Data to examine.
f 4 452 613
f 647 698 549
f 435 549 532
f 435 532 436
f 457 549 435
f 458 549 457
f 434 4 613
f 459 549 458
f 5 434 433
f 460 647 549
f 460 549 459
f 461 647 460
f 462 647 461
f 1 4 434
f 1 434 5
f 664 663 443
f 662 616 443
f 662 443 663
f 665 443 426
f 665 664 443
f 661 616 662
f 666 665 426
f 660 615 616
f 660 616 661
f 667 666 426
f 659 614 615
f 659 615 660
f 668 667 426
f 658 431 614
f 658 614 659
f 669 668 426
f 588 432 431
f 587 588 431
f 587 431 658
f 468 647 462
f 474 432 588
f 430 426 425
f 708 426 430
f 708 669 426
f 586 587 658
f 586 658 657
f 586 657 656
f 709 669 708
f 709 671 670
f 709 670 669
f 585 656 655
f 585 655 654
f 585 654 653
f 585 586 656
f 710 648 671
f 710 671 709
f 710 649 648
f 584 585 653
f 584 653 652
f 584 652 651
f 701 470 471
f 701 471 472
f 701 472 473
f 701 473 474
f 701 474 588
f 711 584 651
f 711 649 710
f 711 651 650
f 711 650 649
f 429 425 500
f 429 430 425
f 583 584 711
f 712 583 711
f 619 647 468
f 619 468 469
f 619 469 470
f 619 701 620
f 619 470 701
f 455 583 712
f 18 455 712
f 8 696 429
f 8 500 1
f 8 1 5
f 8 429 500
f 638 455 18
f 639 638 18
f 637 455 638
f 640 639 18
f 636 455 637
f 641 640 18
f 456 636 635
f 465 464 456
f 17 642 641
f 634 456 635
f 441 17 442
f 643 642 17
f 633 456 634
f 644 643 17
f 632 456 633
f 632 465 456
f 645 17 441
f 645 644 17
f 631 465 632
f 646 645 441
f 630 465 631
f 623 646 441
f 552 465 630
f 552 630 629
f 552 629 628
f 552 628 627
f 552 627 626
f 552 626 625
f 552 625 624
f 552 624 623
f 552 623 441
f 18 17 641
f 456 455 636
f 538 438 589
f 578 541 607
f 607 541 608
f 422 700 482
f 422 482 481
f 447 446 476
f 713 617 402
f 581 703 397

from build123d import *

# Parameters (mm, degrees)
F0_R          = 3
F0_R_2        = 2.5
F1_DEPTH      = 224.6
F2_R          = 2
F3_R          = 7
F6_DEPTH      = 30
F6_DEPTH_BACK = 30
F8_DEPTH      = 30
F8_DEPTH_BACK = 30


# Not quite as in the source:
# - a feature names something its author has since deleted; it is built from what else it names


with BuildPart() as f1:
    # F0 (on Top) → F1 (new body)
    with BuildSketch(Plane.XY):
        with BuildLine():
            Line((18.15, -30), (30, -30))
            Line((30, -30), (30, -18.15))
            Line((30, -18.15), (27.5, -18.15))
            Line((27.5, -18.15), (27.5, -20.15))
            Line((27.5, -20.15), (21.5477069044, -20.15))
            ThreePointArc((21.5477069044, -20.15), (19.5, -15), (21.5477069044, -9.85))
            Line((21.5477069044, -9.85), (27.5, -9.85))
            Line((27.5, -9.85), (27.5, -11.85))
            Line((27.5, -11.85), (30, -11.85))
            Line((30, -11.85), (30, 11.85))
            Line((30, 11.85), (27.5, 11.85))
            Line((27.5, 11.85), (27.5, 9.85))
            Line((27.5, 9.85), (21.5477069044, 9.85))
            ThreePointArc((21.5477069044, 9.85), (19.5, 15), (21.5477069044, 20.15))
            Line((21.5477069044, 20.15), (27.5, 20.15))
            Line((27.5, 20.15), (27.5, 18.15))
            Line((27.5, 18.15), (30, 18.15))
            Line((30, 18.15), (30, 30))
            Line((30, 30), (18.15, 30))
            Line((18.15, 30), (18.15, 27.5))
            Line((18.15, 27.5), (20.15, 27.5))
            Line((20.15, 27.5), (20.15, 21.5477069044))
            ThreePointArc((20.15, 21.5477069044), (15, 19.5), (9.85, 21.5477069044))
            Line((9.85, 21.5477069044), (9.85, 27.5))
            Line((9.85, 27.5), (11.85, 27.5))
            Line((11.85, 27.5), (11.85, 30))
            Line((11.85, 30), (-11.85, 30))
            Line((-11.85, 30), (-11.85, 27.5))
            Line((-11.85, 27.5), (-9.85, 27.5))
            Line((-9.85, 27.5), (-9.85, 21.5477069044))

Problem details. Could you reproduce exactly the lines of the entries above, from the one with "Line((9.85, 21.5477069044), (9.85, 27.5))" through the one with "Line((-11.85, 27.5), (-9.85, 27.5))", and nothing else?

Written solution.
            Line((9.85, 21.5477069044), (9.85, 27.5))
            Line((9.85, 27.5), (11.85, 27.5))
            Line((11.85, 27.5), (11.85, 30))
            Line((11.85, 30), (-11.85, 30))
            Line((-11.85, 30), (-11.85, 27.5))
            Line((-11.85, 27.5), (-9.85, 27.5))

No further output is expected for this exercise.